By happenstance, as I was walking out my front door, my hands full with recycling and garbage, I walked directly into my new neighbor. He was tall, a little on the thinner side than what I normally go for but he had the cutest dimples, for which I am a self-proclaimed sucker. He looked like he was coming from the gym. His face was flushed and he was wearing sweatpants, sneakers and a baseball cap. Looking like Amelia Bedelia, with my arms flailing in an attempt not to drop everything, I blurted out to this adorable cute, young man, “Hi, you must be my new neighbor?” He confirmed that my guess was correct, said “hi” back, and that was that – or so I thought as we parted ways in opposite directions down the corridor.
A few hours later, there was a knock at my door – which is not a normal occurrence; I live in a concierge building. Visitors are announced. With no peephole, I couldn’t screen whoever was knocking. I had no other option than to open my door. To my surprise, it was my no-name neighbor with a simple, “Hi, can I come in?” I assessed him up and down noting that he had showered, was now wearing clean sweatpants and a sweatshirt, and that he was even cuter than I remembered in our brief hallway meeting. I invited him in.
Within minutes of closing my door behind him, the first of a long night of text messages ensued.
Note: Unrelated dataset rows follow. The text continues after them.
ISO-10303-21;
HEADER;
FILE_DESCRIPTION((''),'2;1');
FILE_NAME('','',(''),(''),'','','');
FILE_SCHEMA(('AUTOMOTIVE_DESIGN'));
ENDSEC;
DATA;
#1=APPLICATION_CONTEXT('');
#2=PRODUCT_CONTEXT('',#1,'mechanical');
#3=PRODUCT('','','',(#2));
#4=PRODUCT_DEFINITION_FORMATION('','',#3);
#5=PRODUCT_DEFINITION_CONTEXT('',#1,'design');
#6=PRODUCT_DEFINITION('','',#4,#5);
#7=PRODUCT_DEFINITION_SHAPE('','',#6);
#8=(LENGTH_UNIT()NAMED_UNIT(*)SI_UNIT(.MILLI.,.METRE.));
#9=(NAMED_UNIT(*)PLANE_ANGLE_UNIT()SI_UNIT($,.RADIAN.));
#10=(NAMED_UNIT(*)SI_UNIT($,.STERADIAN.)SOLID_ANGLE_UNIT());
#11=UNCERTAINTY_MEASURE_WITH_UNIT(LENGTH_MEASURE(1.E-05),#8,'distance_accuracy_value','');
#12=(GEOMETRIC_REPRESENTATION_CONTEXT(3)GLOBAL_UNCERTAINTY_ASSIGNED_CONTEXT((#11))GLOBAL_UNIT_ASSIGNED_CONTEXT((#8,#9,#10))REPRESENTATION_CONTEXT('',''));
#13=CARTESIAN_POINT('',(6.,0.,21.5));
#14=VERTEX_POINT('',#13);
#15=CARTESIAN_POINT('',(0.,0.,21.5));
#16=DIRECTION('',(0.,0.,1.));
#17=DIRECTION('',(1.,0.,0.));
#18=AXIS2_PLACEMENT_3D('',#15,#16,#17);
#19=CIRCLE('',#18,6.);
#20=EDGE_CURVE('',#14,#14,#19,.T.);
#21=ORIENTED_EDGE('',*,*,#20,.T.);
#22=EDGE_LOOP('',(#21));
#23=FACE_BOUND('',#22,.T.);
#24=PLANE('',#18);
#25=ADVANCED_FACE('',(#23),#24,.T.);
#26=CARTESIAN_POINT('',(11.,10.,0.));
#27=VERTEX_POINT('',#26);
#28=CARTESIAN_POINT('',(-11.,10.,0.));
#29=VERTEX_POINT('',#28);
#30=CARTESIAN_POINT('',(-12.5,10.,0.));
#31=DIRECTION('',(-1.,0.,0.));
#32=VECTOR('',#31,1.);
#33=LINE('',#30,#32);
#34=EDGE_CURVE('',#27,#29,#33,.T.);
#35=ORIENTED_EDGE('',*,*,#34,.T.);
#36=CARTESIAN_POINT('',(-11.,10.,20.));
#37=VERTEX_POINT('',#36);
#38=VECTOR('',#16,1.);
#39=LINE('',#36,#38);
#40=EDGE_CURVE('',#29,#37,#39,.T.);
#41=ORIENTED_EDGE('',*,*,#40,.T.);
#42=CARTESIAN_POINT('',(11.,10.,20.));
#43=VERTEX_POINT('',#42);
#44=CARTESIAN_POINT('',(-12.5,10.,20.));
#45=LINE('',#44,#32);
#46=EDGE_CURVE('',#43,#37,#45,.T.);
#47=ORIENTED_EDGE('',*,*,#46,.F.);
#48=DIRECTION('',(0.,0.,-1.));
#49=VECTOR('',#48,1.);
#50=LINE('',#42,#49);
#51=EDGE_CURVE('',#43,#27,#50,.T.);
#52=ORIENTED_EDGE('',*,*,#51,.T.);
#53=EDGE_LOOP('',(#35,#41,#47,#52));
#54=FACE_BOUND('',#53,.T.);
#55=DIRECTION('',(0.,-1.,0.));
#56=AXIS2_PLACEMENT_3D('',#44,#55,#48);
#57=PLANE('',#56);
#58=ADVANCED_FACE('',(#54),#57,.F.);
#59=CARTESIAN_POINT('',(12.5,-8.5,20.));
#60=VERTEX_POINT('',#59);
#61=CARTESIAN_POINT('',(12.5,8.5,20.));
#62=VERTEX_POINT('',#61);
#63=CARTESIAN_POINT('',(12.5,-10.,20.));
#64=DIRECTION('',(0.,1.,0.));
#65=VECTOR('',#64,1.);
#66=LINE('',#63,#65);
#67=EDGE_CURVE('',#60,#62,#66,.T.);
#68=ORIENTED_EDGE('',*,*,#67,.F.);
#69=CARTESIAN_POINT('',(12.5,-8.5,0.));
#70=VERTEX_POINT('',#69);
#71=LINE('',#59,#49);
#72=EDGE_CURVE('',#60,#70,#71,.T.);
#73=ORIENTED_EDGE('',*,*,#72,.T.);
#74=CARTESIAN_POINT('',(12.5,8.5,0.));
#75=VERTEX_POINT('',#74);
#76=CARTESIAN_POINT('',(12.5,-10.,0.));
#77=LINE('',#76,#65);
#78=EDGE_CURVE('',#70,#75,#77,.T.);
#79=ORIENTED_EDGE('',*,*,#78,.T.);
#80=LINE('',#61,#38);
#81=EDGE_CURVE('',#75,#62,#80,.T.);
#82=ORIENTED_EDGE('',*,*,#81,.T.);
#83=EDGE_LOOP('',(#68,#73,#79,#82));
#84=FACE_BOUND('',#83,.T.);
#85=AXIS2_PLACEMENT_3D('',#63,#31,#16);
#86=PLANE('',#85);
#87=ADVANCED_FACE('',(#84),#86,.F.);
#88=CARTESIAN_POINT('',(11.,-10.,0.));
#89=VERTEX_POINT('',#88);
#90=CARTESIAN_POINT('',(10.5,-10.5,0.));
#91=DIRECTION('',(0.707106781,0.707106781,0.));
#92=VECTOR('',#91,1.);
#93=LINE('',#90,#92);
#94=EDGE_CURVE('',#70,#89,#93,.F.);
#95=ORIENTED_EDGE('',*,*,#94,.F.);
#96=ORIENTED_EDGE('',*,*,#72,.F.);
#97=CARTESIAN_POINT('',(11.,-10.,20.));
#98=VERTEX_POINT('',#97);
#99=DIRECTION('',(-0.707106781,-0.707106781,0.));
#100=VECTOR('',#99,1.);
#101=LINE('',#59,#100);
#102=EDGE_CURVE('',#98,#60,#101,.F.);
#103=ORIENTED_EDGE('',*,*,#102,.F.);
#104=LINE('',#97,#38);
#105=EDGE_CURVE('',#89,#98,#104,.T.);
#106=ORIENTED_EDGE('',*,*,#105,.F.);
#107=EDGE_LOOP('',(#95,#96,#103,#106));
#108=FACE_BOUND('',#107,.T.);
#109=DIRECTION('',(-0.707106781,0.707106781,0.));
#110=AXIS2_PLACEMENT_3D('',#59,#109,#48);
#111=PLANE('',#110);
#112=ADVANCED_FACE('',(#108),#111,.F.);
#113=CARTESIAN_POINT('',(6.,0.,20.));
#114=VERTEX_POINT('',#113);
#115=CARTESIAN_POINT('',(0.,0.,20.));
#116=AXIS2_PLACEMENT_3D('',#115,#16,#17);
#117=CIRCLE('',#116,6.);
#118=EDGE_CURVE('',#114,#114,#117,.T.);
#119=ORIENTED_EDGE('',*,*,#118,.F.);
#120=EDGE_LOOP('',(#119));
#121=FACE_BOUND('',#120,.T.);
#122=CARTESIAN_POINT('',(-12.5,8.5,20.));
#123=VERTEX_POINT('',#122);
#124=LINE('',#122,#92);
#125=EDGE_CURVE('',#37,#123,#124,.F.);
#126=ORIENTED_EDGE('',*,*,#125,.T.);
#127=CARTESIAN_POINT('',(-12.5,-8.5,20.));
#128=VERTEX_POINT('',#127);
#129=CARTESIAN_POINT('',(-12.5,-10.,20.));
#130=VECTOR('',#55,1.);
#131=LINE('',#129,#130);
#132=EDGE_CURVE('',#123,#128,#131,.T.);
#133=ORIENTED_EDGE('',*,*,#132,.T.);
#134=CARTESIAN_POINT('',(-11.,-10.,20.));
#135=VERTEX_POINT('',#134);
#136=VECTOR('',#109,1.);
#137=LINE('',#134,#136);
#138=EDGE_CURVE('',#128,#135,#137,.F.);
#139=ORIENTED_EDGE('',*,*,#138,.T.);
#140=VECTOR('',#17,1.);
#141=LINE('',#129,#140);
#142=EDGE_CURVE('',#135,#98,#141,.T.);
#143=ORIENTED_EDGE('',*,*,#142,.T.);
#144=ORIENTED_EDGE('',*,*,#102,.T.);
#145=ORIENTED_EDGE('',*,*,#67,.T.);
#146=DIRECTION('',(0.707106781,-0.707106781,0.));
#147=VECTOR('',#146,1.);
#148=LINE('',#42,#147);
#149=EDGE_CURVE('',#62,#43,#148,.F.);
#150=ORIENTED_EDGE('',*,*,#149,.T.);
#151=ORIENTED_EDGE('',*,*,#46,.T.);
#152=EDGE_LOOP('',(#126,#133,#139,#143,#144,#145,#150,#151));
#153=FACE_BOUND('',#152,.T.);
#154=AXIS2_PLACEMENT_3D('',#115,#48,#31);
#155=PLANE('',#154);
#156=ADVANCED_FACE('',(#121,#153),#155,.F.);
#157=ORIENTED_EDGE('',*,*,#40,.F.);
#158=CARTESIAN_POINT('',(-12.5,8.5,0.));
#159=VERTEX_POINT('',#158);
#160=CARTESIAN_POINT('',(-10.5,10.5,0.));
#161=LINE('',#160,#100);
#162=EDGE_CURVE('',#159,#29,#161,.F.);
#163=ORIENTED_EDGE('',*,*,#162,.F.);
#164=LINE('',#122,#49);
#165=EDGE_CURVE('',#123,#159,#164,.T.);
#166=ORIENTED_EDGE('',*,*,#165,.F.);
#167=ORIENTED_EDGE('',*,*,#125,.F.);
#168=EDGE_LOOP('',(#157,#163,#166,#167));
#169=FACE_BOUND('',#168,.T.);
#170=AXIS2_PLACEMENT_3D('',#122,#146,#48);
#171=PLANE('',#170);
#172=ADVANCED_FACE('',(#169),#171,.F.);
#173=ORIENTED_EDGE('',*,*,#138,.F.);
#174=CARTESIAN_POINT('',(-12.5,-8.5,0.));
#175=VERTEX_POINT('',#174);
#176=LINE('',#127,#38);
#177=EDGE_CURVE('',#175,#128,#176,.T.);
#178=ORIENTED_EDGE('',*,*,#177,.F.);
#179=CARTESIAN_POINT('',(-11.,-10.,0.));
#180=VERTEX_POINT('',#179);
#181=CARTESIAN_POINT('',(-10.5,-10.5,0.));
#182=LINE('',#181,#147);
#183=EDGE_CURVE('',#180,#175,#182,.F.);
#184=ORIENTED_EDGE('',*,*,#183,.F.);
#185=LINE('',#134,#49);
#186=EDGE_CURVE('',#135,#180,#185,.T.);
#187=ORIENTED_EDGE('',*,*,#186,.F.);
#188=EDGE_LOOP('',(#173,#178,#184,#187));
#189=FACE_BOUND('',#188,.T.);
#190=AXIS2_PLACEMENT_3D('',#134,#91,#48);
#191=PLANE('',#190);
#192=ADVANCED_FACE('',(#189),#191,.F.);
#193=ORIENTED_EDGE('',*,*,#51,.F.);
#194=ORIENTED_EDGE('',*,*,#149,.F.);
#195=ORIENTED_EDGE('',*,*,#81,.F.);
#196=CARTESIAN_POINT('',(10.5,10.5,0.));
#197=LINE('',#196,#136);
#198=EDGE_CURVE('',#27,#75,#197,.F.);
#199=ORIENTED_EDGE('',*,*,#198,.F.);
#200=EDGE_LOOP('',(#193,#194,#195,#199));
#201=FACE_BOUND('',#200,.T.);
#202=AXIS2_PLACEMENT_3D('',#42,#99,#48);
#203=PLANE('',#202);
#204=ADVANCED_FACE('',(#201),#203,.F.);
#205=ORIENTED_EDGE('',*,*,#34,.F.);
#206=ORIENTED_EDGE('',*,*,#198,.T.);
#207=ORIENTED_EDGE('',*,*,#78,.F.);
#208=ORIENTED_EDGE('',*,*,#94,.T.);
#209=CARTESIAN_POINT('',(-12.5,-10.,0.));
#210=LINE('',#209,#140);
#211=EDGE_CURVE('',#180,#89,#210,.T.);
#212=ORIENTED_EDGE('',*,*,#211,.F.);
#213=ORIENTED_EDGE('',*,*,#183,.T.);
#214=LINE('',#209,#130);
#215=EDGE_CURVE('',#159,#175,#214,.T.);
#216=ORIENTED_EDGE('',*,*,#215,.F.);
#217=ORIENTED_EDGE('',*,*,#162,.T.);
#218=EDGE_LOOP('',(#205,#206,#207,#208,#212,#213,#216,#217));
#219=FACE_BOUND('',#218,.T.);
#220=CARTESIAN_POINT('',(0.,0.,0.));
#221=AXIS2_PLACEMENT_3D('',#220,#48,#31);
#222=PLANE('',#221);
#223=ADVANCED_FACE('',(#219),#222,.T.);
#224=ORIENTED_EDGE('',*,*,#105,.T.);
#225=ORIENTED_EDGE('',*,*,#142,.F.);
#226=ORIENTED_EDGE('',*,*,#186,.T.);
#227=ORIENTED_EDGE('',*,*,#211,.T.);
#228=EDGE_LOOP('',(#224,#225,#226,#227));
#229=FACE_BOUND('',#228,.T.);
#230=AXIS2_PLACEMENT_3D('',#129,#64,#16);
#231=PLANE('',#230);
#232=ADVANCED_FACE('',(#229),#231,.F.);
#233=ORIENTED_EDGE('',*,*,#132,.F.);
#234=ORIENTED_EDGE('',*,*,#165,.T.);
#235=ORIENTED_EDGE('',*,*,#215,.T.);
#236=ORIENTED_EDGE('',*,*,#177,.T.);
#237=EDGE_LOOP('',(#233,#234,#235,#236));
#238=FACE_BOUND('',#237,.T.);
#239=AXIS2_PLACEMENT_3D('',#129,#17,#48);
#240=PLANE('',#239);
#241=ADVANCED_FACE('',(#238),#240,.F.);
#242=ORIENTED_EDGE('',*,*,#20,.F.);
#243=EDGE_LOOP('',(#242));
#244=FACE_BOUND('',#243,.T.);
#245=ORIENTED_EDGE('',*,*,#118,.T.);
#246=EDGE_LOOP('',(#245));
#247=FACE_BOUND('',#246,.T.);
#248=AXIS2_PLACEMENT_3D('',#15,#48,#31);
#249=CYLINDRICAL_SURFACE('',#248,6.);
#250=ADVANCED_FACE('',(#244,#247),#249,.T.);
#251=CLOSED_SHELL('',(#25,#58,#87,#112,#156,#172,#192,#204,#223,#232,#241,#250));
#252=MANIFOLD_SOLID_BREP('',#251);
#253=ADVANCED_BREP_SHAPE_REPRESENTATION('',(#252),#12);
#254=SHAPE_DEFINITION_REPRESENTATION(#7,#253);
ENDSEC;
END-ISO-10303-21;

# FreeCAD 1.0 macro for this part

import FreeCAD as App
import Part
import Sketcher

V = App.Vector


def edges_at(feature, points):
    """Names of the edges that pass closest to the given points."""
    edges = feature.Shape.Edges
    near = lambda p: min(range(len(edges)), key=lambda i: edges[i].distToShape(Part.Vertex(*p))[0])
    return sorted({f"Edge{near(p) + 1}" for p in points})


def add_polygon(sketch, points):
    """Adds a closed chain of lines whose ends are joined by coincident constraints."""
    first, n = sketch.GeometryCount, len(points)
    for a, b in zip(points, points[1:] + points[:1]):
        sketch.addGeometry(Part.LineSegment(App.Vector(*a, 0), App.Vector(*b, 0)), False)
    for i in range(n):
        sketch.addConstraint(Sketcher.Constraint("Coincident", first + i, 2, first + (i + 1) % n, 1))

doc = App.newDocument("Part")
body = doc.addObject("PartDesign::Body", "Body")

sketch1 = body.newObject("Sketcher::SketchObject", "Sketch")
sketch1.AttachmentSupport = (doc.getObject("XY_Plane"), [""])
sketch1.MapMode = "FlatFace"
add_polygon(sketch1, [(-12.5, 10), (-12.5, -10), (12.5, -10), (12.5, 10)])
sketch1.addConstraint(Sketcher.Constraint("Vertical", 0))
sketch1.addConstraint(Sketcher.Constraint("Horizontal", 1))
sketch1.addConstraint(Sketcher.Constraint("Vertical", 2))
sketch1.addConstraint(Sketcher.Constraint("Horizontal", 3))
sketch1.addConstraint(Sketcher.Constraint("Symmetric", 0, 2, 2, 2, -1, 1))
sketch1.addConstraint(Sketcher.Constraint("DistanceX", 1, 1, 1, 2, 25.0))
sketch1.addConstraint(Sketcher.Constraint("DistanceY", 0, 2, 0, 1, 20.0))
pad1 = body.newObject("PartDesign::Pad", "Pad")
pad1.Profile = sketch1
pad1.Length = 20
doc.recompute()

chamfer = body.newObject("PartDesign::Chamfer", "Chamfer")
chamfer.Base = (pad1, edges_at(pad1, [
    (12.5, -10, 10),
    (-12.5, -10, 10),
    (-12.5, 10, 10),
    (12.5, 10, 10),
]))
chamfer.Size = 1.5

sketch2 = body.newObject("Sketcher::SketchObject", "Sketch001")
sketch2.AttachmentSupport = (doc.getObject("XY_Plane"), [""])
sketch2.MapMode = "FlatFace"
sketch2.AttachmentOffset = App.Placement(V(0, 0, 20), App.Rotation())
sketch2.addGeometry(Part.Circle(V(0, 0, 0), V(0, 0, 1), 6), False)
sketch2.addConstraint(Sketcher.Constraint("Coincident", 0, 3, -1, 1))
sketch2.addConstraint(Sketcher.Constraint("Diameter", 0, 12.0))
pad2 = body.newObject("PartDesign::Pad", "Pad001")
pad2.Profile = sketch2
pad2.Length = 1.5

doc.recompute()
He invited me to walk down the hall to his unit, but I sweetly declined, claiming I was much older than he thought I was.
A few days later, which happened to be my birthday, the water in the building was turned off for mechanical issues. He texted me to say Happy Birthday while installing a water filtration system in his condo (athlete thing, I guess.) During mid-installation, the water stopped. He was concerned that he broke something building-wide and was afraid to return the wrench he borrowed from the building’s handyman in case they blamed him. I assured him it was a maintenance issue and told him I also had a full tool box for future use.
The text that came next was the equivalent of unsuspectingly walking into your own surprise party with all the guests bringing you a new pair of your favorite shoes as a gift ~ Prada, Gucci and Chanel. His text was not a new pair of designer shoes, but it was close enough:
“These are the things you need to tell me you have in case I need to borrow them: tools, blankets, extension cord, condoms, dishwasher pods, detergent.”
Right there, buried in the middle of that text was my present. Wrapped up in all-purpose everyday items, he was offering me his most coveted gift and making his subtle move. I guess the age difference I pointed out days earlier didn’t matter.
Celebrating my birthday with my coworkers and friends, all I could think about was unwrapping his package. Several glasses of champagne and two birthday cake shots down the hatch, I was feeling footloose and fancy free.
As a single Mom of two college-aged kids, condoms are not a rare commodity in our home. I arrived home on tipsy feet, mid-banter texting with Mr. Professional Athlete. I knocked on his door, condom in hand. It would have been fun to use the condom right then, but I was a bit too impaired and I really wanted to enjoy myself. I handed him the condom, turned a less than graceful drunken ballerina pirouette – and headed to my own door. However, my message could not have been any clearer. He threw out the first pitch and I was willing to step up to the plate and swing for a home run. A few afternoons later, he tossed an ace of a racy texts and we rounded the plates to score – a single, double, triple and finally, a home run.
He was young and he could deliver. It was the allure of his youth, the brawniness of his physique and the fact that he found me attractive that made me a “fan”. I was addicted. Batter up!